Saturday, March 8, 2008

A wide-open weekend

There is an upside to having Doug gone ice fishing: unstructured time.

An entire weekend of empty, unscheduled time. Hours and hours with nobody to answer to but myself. This doesn't mean I have no obligations, of course. These guys are still around:


And they still expect to be waited on hand and foot.

But I'm an introvert, and introverts need lots of alone time. And me, I need a lot. Obligations on the weekends leave me anxious--even pleasant obligations, like last weekend's tickets to Peer Gynt at the Guthrie. Of course I wanted to go, and of course we had a great time, but just knowing that I had an obligation made me feel like the whole weekend had no breathing room.

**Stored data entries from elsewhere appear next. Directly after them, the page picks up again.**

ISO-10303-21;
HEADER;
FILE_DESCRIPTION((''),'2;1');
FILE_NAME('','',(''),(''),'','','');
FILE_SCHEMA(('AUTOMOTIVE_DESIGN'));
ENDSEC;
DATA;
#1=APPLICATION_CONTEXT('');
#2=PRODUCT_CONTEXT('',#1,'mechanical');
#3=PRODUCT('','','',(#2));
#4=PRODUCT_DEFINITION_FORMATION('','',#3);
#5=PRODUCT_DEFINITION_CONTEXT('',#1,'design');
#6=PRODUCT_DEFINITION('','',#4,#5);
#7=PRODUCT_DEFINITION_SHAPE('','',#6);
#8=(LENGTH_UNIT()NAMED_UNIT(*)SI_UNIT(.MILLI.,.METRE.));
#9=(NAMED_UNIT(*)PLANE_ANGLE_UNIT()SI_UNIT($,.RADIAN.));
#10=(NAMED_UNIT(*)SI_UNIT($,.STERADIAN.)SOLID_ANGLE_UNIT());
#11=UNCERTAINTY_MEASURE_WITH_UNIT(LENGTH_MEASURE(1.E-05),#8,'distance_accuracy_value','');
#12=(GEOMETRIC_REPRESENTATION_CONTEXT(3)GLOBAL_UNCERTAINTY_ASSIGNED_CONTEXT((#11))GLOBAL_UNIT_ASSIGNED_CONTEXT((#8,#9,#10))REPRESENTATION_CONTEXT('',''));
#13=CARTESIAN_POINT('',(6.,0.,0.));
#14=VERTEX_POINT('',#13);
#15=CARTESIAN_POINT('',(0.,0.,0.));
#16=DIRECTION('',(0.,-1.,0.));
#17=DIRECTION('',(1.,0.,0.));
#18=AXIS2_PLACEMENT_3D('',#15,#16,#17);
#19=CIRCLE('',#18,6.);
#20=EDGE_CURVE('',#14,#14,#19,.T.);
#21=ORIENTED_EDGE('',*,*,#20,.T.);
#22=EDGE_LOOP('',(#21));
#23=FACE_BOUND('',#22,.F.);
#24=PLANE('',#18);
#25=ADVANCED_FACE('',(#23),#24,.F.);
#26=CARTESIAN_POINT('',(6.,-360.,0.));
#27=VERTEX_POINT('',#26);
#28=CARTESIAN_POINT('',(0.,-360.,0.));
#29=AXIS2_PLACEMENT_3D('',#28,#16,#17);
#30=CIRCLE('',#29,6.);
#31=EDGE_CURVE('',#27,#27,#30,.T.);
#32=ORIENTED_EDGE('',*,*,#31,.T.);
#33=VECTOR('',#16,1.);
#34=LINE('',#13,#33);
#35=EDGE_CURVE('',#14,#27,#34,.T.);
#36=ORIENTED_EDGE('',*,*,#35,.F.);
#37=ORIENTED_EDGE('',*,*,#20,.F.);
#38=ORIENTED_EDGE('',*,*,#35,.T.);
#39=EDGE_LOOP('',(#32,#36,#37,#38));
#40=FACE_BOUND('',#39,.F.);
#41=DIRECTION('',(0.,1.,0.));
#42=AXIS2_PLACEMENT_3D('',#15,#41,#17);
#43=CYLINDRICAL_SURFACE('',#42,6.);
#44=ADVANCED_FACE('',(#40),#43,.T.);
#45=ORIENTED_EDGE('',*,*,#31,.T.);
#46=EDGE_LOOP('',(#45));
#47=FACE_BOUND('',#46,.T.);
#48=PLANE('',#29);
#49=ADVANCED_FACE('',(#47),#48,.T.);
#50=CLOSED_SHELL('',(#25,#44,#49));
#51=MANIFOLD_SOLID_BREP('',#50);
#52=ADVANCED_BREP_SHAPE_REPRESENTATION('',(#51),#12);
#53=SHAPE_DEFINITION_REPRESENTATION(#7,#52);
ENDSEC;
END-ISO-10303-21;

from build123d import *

# Parameters (mm, degrees)
SKETCH_R  = 6
PAD_DEPTH = 360


with BuildPart() as part:
    # Sketch → Pad (new body)
    with BuildSketch(Plane.XZ):
        Circle(SKETCH_R)
    extrude(amount=PAD_DEPTH)


solid = part.part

A couple of reporters invited me out for pizza with them on Friday night. They knew Doug was gone, and they figured I'd be free and want to go out. They had no idea how much I'd been looking forward to this empty evening, and they were a little baffled when I tried to explain it.

So what are my plans for the weekend? I have none. That's the idea.

Oh, I have some things I hope to get accomplished by Sunday night--I have to take Boscoe to the vet. I have to buy some groceries. I want to take my mother to the conservatory, where we can see some unfrozen dirt and smell some blooming flowers.

But I can do these things whenever I want to--or not at all. I can eat popcorn for dinner. I can watch "Persuasion." Or "What Not to Wear." I can play Irish fiddle tunes all afternoon without driving someone else quietly, desperately crazy.

I can read all afternoon. Or not. It isn't what I do; it's that I don't have to do anything.

Oh, and here's the other good thing about having Doug out of town:


Flowers. He sent me flowers. What a guy.